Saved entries
┄┄┄┄┄┄┄┄┄┄┄┄┄┄┄┄┄┄┄┄
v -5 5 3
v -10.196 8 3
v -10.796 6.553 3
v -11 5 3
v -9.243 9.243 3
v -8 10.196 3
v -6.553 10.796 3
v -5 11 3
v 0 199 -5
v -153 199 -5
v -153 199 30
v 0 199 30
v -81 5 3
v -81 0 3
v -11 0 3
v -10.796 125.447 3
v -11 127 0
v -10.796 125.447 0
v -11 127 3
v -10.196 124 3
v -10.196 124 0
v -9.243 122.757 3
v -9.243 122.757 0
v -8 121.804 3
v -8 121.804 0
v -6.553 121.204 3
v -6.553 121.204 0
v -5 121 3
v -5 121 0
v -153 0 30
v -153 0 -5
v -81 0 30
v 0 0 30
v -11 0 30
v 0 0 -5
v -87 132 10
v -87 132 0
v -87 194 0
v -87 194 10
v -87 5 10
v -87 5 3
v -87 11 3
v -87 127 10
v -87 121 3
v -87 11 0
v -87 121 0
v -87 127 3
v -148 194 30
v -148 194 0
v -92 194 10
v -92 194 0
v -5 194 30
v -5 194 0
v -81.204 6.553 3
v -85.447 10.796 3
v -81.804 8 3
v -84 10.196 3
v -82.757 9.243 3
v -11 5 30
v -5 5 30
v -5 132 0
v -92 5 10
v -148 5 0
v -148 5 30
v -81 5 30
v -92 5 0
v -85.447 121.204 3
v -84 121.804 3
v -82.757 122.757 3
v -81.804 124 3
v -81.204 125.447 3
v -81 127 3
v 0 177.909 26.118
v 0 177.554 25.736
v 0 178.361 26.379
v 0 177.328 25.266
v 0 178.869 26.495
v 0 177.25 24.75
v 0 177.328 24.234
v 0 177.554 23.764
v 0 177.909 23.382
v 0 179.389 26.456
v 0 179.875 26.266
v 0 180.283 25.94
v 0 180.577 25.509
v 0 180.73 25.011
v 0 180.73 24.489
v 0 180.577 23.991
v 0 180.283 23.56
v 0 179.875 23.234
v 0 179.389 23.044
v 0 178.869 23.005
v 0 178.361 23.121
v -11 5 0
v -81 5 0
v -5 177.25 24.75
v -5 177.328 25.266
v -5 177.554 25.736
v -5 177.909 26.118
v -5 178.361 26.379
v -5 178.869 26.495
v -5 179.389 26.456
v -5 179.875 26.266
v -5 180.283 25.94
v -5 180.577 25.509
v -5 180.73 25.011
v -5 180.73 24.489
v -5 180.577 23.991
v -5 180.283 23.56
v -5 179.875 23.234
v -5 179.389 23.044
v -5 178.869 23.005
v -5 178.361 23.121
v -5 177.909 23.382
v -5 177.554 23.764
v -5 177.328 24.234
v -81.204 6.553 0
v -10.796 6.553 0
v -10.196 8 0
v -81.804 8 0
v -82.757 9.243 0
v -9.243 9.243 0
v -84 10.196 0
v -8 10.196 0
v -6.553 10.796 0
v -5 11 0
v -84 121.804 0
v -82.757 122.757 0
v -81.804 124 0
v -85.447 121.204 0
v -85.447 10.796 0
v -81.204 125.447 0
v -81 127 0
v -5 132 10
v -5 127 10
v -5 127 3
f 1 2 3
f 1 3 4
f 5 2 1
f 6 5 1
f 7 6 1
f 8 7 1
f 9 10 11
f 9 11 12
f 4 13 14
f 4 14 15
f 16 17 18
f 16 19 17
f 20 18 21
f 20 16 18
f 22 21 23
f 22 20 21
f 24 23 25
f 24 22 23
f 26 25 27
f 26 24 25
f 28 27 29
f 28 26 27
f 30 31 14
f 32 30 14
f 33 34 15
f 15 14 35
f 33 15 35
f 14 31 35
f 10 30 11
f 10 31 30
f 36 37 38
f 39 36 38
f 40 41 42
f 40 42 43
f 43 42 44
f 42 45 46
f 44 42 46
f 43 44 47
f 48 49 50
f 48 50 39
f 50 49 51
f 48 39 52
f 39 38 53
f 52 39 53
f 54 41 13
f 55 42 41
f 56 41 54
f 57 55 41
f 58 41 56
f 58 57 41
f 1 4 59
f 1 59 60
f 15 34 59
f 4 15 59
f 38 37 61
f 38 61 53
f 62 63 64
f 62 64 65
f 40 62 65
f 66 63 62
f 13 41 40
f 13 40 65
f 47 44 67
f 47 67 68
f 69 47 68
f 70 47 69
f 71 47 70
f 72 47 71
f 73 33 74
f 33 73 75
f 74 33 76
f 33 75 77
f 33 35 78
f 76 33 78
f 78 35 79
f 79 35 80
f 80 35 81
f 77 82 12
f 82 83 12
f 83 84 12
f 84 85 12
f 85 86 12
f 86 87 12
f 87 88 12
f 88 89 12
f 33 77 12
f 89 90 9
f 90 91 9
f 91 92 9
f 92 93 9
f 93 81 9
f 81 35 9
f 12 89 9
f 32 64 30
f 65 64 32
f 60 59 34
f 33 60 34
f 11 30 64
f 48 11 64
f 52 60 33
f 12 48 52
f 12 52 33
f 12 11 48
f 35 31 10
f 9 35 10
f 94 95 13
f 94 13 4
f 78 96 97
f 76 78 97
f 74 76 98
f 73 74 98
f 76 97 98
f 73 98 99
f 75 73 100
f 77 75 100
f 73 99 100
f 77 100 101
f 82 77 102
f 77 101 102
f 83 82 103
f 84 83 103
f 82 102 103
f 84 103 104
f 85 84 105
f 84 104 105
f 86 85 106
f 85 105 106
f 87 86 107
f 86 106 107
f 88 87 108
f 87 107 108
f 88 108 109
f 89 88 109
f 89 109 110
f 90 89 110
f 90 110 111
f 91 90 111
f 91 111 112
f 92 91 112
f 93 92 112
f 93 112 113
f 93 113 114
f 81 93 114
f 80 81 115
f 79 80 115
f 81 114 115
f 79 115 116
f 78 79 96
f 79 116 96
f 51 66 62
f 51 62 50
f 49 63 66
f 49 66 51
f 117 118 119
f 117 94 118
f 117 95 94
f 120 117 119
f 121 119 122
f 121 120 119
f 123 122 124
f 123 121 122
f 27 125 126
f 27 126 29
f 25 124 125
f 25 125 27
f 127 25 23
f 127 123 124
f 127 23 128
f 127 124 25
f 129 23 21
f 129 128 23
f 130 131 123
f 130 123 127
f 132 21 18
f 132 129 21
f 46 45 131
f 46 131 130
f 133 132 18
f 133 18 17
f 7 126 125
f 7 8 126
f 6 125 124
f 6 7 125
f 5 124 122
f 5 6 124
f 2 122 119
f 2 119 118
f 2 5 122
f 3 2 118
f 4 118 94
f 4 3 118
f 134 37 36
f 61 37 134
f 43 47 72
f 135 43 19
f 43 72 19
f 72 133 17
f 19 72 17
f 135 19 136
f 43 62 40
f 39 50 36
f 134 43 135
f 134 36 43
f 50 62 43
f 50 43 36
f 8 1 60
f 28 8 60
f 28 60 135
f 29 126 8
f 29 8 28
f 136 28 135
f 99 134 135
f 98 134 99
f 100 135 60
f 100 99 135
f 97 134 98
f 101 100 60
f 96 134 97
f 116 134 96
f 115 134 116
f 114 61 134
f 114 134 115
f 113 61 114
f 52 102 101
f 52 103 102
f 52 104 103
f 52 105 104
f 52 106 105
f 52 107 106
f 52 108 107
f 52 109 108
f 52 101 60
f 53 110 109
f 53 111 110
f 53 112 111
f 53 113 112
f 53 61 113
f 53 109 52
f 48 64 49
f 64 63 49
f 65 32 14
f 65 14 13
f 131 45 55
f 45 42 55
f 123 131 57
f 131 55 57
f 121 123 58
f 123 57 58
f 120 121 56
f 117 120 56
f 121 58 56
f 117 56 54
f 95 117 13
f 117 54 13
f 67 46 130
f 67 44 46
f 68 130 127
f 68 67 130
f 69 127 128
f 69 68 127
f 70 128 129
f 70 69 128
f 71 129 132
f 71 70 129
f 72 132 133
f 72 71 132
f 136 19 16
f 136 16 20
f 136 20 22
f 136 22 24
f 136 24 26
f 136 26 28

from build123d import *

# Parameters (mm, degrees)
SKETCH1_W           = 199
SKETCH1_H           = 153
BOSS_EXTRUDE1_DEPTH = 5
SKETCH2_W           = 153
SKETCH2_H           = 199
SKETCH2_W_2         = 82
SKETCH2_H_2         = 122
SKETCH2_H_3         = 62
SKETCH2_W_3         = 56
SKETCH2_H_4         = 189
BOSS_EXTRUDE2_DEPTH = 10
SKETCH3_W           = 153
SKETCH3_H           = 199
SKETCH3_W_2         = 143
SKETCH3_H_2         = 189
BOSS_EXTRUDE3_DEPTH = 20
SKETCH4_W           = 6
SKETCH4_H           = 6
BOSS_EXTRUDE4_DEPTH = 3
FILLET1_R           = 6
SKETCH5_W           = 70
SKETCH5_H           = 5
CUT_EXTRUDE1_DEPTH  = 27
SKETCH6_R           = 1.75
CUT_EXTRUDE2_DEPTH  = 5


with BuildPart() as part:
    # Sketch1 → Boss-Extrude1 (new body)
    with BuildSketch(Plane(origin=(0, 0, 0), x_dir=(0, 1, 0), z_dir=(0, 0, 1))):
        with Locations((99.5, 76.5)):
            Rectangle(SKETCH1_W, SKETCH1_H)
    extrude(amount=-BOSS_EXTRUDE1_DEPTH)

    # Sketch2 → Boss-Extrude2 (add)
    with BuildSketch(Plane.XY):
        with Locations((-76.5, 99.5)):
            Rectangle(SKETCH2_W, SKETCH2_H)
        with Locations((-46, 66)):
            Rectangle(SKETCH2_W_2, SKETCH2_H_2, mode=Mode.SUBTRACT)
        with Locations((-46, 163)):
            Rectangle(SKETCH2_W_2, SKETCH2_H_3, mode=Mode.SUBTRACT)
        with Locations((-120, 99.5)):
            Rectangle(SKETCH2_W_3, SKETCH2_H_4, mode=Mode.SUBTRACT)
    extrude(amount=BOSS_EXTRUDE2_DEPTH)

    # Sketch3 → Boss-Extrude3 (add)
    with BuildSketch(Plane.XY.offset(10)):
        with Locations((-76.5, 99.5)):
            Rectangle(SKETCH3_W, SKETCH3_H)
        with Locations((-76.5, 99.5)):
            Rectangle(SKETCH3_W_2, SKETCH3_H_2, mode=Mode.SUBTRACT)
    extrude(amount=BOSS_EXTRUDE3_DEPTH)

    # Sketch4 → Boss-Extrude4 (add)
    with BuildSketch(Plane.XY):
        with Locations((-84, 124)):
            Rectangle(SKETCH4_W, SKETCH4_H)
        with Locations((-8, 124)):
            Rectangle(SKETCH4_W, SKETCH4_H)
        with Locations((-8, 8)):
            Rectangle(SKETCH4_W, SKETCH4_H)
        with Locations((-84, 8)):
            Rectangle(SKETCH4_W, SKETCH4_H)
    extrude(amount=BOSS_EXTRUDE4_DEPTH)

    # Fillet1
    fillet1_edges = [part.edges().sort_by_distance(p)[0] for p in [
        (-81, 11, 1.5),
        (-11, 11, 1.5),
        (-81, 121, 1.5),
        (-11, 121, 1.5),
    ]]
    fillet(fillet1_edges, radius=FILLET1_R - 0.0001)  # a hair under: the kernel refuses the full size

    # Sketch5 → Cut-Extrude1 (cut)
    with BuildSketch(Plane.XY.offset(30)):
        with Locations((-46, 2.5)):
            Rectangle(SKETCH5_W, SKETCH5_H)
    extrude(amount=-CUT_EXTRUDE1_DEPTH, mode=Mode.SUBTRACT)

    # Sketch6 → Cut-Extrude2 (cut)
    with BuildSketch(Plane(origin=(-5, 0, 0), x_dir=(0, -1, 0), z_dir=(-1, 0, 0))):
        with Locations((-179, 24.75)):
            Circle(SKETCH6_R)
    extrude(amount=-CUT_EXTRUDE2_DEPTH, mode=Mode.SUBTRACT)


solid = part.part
┄┄┄┄┄┄┄┄┄┄┄┄┄┄┄┄┄┄┄┄
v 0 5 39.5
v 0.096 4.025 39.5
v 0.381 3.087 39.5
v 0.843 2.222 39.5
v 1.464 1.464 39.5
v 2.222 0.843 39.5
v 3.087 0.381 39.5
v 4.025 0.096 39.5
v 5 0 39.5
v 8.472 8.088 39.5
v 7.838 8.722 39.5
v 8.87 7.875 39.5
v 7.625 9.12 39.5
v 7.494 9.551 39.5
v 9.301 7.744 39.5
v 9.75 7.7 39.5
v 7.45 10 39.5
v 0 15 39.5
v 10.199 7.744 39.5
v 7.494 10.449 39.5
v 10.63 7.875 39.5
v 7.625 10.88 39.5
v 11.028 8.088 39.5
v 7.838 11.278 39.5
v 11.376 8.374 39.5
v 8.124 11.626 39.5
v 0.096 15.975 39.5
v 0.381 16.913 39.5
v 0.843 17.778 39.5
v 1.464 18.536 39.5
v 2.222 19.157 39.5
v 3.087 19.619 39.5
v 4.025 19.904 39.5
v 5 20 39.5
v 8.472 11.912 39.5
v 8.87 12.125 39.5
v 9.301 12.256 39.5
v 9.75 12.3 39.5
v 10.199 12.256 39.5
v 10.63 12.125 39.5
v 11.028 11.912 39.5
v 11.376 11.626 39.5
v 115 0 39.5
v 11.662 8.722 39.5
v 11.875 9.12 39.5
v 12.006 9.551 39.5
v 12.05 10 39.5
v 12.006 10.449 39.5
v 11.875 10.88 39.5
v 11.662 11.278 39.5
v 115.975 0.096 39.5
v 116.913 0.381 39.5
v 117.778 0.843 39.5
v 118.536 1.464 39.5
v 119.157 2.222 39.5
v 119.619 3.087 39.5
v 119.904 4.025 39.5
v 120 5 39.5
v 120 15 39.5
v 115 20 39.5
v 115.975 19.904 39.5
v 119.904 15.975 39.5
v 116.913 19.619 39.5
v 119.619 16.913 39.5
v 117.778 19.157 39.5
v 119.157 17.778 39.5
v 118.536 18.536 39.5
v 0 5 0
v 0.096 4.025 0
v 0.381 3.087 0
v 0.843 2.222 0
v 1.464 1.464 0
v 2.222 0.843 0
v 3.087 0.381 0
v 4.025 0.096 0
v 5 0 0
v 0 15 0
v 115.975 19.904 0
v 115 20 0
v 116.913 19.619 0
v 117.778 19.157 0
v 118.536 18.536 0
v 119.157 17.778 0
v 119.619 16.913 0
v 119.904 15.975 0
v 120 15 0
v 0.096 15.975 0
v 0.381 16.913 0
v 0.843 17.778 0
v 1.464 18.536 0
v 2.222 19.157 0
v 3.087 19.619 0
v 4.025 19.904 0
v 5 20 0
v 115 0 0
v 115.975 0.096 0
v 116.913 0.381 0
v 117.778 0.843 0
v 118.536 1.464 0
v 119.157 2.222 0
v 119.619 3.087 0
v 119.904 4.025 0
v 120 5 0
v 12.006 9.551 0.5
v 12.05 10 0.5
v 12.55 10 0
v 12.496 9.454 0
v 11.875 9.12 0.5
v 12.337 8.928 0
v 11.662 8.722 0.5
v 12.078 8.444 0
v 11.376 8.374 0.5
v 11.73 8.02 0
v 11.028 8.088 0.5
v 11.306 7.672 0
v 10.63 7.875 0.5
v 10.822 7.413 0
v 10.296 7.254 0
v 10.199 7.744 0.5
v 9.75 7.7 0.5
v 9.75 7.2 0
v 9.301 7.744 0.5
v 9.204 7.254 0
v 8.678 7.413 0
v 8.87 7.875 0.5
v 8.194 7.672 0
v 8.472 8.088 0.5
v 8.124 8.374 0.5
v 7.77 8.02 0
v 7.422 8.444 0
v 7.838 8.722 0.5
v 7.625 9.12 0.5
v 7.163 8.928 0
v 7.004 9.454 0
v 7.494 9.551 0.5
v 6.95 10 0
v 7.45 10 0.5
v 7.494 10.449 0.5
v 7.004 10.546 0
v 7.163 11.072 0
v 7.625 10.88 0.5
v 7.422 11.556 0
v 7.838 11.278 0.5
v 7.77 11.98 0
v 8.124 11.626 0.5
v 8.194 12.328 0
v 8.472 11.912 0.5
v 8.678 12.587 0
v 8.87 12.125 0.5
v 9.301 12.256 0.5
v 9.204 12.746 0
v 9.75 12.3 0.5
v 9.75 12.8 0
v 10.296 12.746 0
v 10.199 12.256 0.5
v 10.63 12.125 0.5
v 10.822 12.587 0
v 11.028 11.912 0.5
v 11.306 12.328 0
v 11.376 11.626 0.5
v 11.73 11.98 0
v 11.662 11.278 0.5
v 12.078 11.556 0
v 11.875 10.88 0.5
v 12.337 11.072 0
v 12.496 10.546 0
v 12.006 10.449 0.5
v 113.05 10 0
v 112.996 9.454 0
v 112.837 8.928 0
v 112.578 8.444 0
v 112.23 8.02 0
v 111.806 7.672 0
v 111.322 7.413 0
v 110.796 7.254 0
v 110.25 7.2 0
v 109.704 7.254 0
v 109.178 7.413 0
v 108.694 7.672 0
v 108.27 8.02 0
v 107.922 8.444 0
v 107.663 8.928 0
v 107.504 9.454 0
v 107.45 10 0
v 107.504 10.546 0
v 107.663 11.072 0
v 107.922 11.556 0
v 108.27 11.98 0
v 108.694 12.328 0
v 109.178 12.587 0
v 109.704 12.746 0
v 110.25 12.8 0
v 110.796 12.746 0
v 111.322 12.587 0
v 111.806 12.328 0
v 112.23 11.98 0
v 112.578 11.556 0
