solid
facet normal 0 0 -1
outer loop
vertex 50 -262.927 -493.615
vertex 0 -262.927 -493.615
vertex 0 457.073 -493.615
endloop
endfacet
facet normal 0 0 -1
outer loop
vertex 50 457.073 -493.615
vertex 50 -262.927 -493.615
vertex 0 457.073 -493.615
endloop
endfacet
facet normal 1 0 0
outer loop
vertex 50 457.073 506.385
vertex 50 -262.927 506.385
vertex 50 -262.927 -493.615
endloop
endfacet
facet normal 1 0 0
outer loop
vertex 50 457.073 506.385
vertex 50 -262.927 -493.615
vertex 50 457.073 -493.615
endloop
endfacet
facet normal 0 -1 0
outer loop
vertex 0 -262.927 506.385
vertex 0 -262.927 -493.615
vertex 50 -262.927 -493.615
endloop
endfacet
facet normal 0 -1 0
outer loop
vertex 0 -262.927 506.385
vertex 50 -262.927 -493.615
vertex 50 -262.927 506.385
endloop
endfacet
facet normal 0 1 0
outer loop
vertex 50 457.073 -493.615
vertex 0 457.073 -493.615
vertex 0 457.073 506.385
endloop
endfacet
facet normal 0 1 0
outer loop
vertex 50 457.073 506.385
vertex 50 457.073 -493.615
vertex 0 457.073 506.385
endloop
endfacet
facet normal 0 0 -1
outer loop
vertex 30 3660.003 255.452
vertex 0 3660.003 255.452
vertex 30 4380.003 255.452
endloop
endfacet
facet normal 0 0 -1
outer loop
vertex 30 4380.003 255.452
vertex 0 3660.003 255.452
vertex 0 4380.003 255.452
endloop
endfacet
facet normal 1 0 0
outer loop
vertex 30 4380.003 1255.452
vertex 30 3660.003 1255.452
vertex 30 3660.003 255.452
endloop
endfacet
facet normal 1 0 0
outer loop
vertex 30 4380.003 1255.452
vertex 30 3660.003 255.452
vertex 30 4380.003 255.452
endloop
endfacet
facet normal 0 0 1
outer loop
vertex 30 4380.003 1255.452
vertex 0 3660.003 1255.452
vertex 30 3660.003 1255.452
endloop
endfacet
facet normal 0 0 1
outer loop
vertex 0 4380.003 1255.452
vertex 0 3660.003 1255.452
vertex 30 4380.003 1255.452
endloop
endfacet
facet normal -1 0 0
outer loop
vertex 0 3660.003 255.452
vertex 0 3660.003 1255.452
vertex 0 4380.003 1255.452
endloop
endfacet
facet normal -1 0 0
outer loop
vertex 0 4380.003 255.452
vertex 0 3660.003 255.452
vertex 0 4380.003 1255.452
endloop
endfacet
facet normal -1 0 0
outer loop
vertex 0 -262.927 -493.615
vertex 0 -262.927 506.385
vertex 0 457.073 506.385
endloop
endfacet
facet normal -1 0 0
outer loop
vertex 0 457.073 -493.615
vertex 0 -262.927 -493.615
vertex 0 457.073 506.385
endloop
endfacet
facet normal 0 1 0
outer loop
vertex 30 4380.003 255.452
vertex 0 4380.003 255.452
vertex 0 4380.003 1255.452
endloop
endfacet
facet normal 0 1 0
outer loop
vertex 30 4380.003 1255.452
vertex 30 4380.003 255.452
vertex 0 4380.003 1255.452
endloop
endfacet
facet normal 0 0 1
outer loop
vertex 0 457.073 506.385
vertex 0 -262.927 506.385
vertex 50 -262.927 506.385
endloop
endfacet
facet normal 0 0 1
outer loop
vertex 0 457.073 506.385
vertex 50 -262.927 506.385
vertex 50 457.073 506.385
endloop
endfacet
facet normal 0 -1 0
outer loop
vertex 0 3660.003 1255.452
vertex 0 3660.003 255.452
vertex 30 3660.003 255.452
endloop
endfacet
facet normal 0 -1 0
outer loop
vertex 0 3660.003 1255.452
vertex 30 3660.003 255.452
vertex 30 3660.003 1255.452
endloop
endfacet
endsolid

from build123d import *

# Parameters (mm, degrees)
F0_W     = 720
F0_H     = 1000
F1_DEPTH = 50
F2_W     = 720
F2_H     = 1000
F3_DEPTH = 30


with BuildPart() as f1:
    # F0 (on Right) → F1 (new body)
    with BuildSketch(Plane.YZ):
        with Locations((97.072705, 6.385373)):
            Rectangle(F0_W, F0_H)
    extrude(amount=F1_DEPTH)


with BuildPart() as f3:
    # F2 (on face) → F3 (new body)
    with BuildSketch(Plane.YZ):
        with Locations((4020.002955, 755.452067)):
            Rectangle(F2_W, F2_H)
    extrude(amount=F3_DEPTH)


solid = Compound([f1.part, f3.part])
┄┄┄┄┄┄┄┄┄┄┄┄┄┄┄┄┄┄┄┄
[Exercise] Copy out each line of the data above, exactly, if it lies between the line holding "f 136 28 135" and the line holding "f 123 131 57", inclusive; copy no other line.

[Written solution]
f 136 28 135
f 99 134 135
f 98 134 99
f 100 135 60
f 100 99 135
f 97 134 98
f 101 100 60
f 96 134 97
f 116 134 96
f 115 134 116
f 114 61 134
f 114 134 115
f 113 61 114
f 52 102 101
f 52 103 102
f 52 104 103
f 52 105 104
f 52 106 105
f 52 107 106
f 52 108 107
f 52 109 108
f 52 101 60
f 53 110 109
f 53 111 110
f 53 112 111
f 53 113 112
f 53 61 113
f 53 109 52
f 48 64 49
f 64 63 49
f 65 32 14
f 65 14 13
f 131 45 55
f 45 42 55
f 123 131 57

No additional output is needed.